Linux Sicherheit - Datei- und Verzeichnisrechte

Aus Xinux Wiki
Zur Navigation springen Zur Suche springen

Linux Sicherheit - Datei- und Verzeichnisrechte

  • Datei- und Verzeichnisrechte sind das Fundament der Zugriffskontrolle in Linux. Sie bestimmen, welche Benutzer und Gruppen Dateien lesen, verändern oder ausführen dürfen. Fehlerhafte Rechtevergabe kann Datenverlust, Manipulation oder Kompromittierung des Systems zur Folge haben.*

Grundlagen

  • Jede Datei und jedes Verzeichnis besitzt drei Schutzklassen: Benutzer (owner), Gruppe (group) und andere (others).
  • Für jede Klasse gelten drei Rechte: Lesen (r), Schreiben (w) und Ausführen (x).
  • Berechtigungen werden binär über neun Bits abgebildet, ergänzt durch Sonderbits (SUID, SGID, Sticky Bit).
  • Verzeichnisse benötigen das Ausführungsrecht (x), um in sie hinein wechseln zu können.

Aktuelle Berechtigungen anzeigen

  • ls -l
  • ls -ld /pfad/zum/verzeichnis
  • stat datei.txt
getfacl datei.txt
  • Die Ausgabe zeigt Besitzer, Gruppe und Rechte in rwx-Notation.
  • „d“ am Anfang der Zeile kennzeichnet ein Verzeichnis.
  • ACLs (Access Control Lists) können zusätzliche Rechte definieren und sollten regelmäßig geprüft werden.

Berechtigungen ändern

  • chmod 640 datei.txt
  • chmod 750 /srv/daten
  • chown alice:projekte datei.txt
  • chgrp projekte /srv/daten
setfacl -m u:bob:rw /srv/daten/info.txt
setfacl -m g:devteam:r /srv/daten/info.txt
  • Rechteänderungen sollten nachvollziehbar dokumentiert und nur durch Administratoren vorgenommen werden.
  • Empfehlung: Standardrechte restriktiv setzen (z. B. 640 für Dateien, 750 für Verzeichnisse).

Bedeutung der rwx-Bits

  • r (read): Datei kann gelesen bzw. Verzeichnisinhalt gelistet werden.
  • w (write): Datei kann geändert oder gelöscht, im Verzeichnis neue Dateien angelegt werden.
  • x (execute): Datei ist ausführbar, Verzeichnis kann betreten werden.
  • Fehlendes x-Recht verhindert den Zugriff, selbst wenn r gesetzt ist.

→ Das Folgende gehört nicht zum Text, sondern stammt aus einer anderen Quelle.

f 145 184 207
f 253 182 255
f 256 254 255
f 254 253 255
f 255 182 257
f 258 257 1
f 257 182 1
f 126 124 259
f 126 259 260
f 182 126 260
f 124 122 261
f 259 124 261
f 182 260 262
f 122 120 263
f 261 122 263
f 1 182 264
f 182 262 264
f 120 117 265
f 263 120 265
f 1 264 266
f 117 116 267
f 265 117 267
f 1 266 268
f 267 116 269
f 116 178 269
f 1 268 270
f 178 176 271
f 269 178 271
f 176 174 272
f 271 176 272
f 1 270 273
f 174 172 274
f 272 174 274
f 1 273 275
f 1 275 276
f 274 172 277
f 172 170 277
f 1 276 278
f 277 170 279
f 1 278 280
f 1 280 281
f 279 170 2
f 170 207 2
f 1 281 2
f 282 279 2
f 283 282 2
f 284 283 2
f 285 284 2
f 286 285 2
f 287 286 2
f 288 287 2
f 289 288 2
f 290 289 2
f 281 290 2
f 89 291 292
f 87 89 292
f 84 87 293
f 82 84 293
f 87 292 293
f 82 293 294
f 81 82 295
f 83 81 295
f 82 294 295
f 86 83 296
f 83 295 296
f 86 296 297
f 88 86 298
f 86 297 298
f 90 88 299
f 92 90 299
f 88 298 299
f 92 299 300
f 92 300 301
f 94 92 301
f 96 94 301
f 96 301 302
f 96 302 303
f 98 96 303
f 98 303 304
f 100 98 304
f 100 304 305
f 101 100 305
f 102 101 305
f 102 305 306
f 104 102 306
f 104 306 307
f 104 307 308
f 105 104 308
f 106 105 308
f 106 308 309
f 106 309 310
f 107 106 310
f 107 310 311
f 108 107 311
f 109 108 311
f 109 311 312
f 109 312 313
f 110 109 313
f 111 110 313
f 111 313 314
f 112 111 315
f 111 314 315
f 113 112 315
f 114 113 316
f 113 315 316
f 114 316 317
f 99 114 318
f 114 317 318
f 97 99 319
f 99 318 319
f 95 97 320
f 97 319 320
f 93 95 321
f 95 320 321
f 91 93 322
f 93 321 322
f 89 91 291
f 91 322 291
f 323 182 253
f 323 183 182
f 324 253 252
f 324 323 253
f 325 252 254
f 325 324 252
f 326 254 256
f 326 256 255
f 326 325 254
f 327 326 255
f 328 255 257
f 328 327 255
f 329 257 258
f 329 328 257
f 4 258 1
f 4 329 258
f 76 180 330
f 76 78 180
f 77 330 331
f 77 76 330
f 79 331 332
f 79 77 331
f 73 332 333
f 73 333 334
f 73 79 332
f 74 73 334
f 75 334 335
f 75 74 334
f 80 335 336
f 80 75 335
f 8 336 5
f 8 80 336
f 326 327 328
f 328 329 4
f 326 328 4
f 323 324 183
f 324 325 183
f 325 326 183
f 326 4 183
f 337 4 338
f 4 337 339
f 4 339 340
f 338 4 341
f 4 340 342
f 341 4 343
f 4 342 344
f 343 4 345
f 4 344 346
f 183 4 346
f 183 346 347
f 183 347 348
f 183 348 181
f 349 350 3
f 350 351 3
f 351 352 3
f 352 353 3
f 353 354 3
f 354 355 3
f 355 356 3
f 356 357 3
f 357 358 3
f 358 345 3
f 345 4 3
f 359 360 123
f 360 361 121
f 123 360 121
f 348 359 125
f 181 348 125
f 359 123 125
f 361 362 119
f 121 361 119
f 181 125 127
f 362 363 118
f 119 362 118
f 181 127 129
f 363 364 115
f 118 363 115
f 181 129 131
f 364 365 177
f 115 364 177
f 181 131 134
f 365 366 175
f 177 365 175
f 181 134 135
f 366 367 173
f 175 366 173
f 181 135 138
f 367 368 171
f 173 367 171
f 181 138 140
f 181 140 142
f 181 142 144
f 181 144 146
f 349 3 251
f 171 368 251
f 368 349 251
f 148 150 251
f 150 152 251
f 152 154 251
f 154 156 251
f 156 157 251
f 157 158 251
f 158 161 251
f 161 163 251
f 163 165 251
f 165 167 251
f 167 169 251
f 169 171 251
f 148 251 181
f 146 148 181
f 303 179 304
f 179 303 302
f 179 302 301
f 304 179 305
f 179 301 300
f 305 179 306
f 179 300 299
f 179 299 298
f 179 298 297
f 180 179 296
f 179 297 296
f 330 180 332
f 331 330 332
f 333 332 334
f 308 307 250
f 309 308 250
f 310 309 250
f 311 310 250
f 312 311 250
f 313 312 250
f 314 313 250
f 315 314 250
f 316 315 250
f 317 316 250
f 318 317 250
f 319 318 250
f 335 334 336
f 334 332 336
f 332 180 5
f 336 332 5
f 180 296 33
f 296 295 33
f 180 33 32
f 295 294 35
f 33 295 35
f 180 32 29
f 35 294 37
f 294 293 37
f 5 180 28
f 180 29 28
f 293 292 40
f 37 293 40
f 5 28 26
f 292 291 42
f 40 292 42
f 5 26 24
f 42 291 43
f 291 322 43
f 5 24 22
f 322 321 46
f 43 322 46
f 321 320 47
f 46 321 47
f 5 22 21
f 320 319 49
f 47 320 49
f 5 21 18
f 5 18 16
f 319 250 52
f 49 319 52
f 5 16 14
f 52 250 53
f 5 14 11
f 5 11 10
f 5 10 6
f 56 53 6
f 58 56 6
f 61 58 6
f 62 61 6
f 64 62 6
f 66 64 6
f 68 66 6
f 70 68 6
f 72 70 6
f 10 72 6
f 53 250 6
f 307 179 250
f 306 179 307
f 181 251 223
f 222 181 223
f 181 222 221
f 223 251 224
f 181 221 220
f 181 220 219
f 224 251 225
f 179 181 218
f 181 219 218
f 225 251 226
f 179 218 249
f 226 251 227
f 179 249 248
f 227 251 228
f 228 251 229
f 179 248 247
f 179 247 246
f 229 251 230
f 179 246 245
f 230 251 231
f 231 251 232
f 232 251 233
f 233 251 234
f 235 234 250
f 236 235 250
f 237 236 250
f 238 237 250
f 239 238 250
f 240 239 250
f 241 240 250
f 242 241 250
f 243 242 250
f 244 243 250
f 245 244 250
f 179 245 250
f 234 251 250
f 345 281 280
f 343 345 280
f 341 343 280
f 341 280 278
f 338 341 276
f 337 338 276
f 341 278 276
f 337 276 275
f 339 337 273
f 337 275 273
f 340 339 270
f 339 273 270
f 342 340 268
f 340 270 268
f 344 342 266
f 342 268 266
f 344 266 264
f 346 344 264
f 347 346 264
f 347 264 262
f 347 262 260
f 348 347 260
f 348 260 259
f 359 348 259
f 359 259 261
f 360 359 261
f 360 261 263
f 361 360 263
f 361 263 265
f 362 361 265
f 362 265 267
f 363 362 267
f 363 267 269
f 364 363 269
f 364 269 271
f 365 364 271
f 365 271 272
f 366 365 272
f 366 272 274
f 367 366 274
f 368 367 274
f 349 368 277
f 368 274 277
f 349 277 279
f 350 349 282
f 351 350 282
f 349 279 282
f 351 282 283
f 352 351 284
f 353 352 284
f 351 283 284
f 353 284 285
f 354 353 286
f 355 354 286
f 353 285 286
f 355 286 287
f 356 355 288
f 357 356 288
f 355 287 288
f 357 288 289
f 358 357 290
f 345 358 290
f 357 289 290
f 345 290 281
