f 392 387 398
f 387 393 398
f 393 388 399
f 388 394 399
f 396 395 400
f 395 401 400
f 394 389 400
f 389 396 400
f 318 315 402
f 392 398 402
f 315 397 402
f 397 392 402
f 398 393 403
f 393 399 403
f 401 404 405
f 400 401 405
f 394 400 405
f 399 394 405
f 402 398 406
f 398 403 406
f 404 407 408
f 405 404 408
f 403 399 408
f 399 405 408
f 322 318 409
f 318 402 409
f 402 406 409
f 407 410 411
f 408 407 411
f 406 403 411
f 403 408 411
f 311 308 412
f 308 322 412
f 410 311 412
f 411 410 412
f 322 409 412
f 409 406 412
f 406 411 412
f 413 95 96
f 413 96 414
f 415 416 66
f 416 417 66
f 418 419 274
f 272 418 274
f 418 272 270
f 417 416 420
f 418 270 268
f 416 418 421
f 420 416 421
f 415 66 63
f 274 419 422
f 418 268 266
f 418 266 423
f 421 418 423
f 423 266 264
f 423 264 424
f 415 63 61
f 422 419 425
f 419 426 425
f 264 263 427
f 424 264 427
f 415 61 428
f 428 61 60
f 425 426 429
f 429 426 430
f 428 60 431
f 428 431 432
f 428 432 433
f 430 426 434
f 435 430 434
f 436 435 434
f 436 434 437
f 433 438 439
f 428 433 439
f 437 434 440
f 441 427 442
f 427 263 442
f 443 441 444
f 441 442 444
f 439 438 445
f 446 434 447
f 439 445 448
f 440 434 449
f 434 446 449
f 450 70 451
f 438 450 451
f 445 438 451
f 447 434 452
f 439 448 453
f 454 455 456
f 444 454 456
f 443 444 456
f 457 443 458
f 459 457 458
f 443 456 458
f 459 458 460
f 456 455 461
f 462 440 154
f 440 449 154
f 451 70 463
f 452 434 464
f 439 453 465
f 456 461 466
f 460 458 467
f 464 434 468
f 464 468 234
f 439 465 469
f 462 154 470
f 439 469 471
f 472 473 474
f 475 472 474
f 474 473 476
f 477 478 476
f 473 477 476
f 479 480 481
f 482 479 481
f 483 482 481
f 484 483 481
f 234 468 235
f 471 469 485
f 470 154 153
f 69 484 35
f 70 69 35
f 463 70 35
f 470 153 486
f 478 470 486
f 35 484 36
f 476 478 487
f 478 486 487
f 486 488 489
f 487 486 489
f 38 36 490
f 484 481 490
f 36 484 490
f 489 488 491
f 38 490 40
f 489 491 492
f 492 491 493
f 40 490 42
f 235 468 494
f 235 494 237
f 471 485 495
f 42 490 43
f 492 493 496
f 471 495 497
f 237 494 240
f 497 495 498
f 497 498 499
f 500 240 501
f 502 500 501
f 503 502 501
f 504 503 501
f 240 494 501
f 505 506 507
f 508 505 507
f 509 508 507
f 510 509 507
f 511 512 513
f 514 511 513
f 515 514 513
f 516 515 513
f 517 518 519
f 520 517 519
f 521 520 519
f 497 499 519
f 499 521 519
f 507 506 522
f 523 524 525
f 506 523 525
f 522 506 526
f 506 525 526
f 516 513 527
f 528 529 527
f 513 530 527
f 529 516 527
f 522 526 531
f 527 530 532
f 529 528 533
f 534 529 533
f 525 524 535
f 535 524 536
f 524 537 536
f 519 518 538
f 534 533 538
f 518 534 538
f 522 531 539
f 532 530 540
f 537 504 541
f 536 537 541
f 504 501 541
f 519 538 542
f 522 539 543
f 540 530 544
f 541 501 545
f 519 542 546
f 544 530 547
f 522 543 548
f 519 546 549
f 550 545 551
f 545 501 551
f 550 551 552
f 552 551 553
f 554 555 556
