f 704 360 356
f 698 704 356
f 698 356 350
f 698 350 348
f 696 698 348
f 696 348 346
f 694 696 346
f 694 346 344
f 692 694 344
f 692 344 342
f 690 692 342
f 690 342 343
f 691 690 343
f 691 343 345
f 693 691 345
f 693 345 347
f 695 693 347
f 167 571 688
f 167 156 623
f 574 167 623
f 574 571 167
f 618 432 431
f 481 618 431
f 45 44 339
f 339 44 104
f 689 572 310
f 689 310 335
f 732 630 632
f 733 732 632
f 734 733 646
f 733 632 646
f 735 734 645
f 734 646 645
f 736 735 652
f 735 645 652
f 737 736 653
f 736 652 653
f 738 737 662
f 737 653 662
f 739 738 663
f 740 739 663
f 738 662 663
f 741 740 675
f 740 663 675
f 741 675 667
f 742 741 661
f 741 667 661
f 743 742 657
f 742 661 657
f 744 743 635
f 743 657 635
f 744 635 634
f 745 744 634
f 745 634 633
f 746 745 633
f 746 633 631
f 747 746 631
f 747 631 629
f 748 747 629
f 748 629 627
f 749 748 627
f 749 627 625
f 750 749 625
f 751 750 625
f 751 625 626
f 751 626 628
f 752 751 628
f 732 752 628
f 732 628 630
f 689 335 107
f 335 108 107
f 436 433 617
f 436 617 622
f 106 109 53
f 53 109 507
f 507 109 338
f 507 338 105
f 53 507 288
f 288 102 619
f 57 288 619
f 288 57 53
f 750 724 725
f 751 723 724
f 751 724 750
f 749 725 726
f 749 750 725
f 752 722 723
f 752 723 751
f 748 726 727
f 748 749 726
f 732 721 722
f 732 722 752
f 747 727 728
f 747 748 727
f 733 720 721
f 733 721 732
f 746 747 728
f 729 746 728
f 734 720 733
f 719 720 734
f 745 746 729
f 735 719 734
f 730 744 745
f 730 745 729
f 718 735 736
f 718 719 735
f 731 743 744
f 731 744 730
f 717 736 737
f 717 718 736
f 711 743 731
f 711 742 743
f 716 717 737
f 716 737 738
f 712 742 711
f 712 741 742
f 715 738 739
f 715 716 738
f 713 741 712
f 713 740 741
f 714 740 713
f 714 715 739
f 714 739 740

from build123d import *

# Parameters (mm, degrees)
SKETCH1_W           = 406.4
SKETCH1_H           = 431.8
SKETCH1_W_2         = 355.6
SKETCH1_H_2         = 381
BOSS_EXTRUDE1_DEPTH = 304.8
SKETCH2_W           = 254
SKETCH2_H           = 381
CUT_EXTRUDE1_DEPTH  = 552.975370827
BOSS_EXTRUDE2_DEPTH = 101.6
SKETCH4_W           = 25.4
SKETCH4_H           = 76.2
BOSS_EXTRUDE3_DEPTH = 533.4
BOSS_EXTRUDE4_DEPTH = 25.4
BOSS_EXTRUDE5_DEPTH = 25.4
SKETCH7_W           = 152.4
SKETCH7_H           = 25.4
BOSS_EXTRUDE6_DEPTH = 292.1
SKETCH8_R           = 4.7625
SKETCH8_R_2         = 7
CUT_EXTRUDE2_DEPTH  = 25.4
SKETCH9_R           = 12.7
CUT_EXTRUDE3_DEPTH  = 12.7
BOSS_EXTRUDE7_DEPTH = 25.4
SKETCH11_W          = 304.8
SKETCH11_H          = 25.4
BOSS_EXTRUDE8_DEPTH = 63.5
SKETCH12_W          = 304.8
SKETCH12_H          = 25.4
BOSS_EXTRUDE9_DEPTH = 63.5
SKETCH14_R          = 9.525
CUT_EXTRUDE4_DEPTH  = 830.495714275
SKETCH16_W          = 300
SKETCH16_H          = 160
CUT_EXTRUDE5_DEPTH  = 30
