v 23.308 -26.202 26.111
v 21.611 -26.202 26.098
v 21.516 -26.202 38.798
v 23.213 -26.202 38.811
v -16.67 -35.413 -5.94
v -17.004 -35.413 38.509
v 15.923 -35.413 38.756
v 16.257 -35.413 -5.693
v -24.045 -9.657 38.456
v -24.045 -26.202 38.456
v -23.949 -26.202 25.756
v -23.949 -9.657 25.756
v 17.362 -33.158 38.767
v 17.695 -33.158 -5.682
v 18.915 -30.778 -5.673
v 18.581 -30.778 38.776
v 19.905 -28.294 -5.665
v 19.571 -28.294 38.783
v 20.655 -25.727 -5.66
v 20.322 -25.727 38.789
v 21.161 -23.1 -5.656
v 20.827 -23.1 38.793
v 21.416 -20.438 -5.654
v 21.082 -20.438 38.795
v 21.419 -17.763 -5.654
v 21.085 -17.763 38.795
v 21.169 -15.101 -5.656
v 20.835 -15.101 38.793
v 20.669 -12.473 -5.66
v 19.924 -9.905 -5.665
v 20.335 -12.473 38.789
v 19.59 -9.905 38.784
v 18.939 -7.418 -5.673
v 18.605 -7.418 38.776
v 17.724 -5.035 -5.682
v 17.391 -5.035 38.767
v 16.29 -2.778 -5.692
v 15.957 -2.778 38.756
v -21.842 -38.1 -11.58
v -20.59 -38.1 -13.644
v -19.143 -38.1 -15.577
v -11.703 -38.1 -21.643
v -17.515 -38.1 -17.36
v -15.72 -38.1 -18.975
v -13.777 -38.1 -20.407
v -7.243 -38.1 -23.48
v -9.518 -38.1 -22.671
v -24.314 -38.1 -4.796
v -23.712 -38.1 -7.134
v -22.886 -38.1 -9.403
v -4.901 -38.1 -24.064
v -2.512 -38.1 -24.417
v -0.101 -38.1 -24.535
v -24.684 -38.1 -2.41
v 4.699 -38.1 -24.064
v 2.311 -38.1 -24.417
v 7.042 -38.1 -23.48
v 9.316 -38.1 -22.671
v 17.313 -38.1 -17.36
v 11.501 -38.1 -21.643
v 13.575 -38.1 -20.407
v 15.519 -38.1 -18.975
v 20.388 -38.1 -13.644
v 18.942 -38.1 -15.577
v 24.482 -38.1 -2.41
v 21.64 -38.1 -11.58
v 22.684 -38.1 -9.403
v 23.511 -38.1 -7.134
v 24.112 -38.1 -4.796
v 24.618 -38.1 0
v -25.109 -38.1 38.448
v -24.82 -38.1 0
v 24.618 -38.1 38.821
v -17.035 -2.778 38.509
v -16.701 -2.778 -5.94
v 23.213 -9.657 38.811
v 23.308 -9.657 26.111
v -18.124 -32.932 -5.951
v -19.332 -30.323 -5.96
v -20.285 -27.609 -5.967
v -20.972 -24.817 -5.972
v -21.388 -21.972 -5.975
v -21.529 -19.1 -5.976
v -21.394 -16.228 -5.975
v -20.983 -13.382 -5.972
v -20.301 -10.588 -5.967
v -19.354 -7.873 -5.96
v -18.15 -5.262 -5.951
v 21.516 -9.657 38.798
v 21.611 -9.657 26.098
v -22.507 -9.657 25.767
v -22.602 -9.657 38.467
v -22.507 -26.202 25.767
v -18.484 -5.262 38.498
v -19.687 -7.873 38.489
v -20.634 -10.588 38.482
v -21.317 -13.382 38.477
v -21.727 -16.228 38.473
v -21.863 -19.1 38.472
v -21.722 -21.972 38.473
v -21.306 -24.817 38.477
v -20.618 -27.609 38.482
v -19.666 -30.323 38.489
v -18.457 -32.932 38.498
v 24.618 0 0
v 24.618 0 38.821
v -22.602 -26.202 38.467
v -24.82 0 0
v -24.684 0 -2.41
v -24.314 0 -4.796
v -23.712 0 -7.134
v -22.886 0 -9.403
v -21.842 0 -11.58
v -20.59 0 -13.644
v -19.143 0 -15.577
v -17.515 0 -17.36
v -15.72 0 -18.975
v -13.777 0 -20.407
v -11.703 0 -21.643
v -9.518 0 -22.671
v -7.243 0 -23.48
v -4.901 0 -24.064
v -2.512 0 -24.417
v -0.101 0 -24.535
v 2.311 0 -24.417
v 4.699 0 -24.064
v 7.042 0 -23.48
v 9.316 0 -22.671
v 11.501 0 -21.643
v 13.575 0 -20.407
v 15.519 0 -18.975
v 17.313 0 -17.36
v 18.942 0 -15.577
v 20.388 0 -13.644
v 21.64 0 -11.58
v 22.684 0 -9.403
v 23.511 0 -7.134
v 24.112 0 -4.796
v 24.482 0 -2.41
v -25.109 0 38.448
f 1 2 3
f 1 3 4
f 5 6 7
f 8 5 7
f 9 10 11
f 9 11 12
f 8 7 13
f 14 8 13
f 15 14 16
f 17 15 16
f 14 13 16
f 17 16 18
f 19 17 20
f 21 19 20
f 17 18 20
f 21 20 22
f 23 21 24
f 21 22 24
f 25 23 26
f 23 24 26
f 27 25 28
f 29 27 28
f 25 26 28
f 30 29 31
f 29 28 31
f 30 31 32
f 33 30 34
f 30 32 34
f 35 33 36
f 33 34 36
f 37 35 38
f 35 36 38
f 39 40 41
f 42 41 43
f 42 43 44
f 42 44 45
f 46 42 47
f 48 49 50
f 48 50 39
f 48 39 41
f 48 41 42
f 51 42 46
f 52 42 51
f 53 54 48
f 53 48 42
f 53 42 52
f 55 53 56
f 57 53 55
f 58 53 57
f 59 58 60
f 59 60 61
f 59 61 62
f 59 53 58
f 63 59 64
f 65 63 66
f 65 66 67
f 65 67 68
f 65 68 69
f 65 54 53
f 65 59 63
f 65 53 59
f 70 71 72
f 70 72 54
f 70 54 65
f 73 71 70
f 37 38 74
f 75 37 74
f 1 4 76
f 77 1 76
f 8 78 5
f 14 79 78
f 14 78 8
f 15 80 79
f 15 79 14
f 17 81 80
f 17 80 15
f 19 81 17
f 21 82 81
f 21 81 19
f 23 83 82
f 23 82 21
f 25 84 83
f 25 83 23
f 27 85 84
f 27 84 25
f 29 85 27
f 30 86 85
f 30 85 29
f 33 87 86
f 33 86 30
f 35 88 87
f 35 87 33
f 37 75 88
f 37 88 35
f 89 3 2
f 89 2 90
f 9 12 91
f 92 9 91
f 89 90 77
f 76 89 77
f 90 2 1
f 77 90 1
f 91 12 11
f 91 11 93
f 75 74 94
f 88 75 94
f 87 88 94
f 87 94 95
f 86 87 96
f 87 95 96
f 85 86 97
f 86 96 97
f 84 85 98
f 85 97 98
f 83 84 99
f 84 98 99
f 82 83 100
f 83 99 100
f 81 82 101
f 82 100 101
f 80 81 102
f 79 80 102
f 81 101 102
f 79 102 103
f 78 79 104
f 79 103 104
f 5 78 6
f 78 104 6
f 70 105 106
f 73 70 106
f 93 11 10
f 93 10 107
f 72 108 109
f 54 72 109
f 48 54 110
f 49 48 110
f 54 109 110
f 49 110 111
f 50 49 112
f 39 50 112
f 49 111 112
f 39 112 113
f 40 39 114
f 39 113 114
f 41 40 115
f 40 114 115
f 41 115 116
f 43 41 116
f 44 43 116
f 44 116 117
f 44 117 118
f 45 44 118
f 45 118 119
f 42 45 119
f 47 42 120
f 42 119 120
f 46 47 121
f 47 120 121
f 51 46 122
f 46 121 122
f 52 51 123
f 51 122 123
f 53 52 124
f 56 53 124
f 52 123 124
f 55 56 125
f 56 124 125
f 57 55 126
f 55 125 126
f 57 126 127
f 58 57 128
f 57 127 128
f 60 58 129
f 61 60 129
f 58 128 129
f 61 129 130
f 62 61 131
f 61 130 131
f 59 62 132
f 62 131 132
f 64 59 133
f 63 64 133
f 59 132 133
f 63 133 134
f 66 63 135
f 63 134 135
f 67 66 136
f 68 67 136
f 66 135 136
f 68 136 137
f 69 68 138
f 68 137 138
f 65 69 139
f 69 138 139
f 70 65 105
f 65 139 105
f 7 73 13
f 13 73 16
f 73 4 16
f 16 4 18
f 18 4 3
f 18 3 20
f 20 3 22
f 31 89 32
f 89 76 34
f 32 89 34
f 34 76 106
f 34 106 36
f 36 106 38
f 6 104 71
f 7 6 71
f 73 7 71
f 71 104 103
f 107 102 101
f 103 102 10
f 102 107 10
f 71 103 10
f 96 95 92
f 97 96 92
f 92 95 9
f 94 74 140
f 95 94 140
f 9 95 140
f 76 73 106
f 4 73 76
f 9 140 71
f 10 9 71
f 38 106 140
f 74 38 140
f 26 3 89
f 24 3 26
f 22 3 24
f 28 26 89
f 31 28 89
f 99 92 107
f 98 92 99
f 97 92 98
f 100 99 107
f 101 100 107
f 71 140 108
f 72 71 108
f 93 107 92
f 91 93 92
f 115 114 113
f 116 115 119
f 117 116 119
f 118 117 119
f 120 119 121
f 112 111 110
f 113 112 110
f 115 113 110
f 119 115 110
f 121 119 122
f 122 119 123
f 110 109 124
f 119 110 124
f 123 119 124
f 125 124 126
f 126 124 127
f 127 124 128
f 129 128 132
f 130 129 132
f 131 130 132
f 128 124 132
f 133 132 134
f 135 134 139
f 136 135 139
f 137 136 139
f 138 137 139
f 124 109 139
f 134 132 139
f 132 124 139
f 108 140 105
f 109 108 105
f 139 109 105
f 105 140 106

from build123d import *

# Parameters (mm, degrees)
F1_DEPTH = 38.1
F3_DEPTH = 44.45
F4_W     = 1.4423634857
F4_H     = 16.5442936122
F5_DEPTH = 12.7
F4_W_2   = 1.6968995333
F6_DEPTH = 12.7


with BuildPart() as f1:
    # F0 (on Front) → F1 (new body)
    with BuildSketch(Plane.XZ):
        with BuildLine():
            Line((-25.10883745, 38.448043143), (-24.820253253, 0))
            ThreePointArc((-24.820253253, 0), (-0.1008948311, -24.534515601), (24.6184635907, 0))
            Line((24.6184635907, 0), (24.6184635907, 38.8212874506))
            Line((24.6184635907, 38.8212874506), (-25.10883745, 38.448043143))
        make_face()
    extrude(amount=F1_DEPTH)

    # F2 (on face) → F3 (cut)
    with BuildSketch(Plane(origin=(-0.2899824262, 0, 38.6343290697), x_dir=(0.9999718325, 0, 0.0075056113), z_dir=(-0.0075056113, 0, 0.9999718325))):
        with BuildLine():
            Line((-16.7144715449, -35.4128060373), (16.2133492063, -35.4128060373))
            ThreePointArc((16.2133492063, -35.4128060373), (21.4057154297, -19.1007387378), (16.2469655347, -2.7780089998))
            Line((16.2469655347, -2.7780089998), (-16.7454987534, -2.7780089998))
            ThreePointArc((-16.7454987534, -2.7780089998), (-21.5733199015, -19.1000122708), (-16.7144715449, -35.4128060373))
        make_face()
    extrude(amount=-F3_DEPTH, mode=Mode.SUBTRACT)

    # F4 (on face) → F5 (cut)
    with BuildSketch(Plane(origin=(-0.2899824262, 0, 38.6343290697), x_dir=(0.9999718325, 0, 0.0075056113), z_dir=(-0.0075056113, 0, 0.9999718325))):
        with Locations((-23.0341581628, -17.9296452552)):
            Rectangle(F4_W, F4_H)
    extrude(amount=-F5_DEPTH, mode=Mode.SUBTRACT)

    # F4 (on face) → F6 (cut)
    with BuildSketch(Plane(origin=(-0.2899824262, 0, 38.6343290697), x_dir=(0.9999718325, 0, 0.0075056113), z_dir=(-0.0075056113, 0, 0.9999718325))):
        with Locations((-23.0341581628, -17.9296452552)):
            Rectangle(F4_W, F4_H)
        with Locations((22.6548295468, -17.9296452552)):
            Rectangle(F4_W_2, F4_H)
    extrude(amount=-F6_DEPTH, mode=Mode.SUBTRACT)


solid = f1.part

Beispiele für sinnvolle Rechte

  • Systemkonfiguration: /etc/passwd → 644, /etc/shadow → 600
  • Logdateien: /var/log → 750
  • Webverzeichnis: /var/www/html → 755
  • Private Daten: ~/private → 700
  • Skripte: ~/bin/script.sh → 700

Verzeichnisschutz und Zugriffssicherheit

  • chmod 700 /home/alice/private
  • chmod 750 /srv/projekte
  • chmod 1777 /tmp
  • Gemeinsam genutzte Verzeichnisse sollten das Sticky Bit besitzen (chmod +t).
  • Verzeichnisse mit sensiblen Daten sollten für „others“ keinerlei Rechte enthalten.
  • Mountoptionen wie noexec, nosuid und nodev können Rechte zusätzlich absichern.

Umask und Standardrechte

  • umask
  • umask 027
  • Die umask definiert, welche Rechte beim Erstellen neuer Dateien standardmäßig entfernt werden.
  • Eine umask von 027 führt zu 750 (Verzeichnis) bzw. 640 (Datei).
  • Systemweite Vorgabe: /etc/profile oder /etc/login.defs.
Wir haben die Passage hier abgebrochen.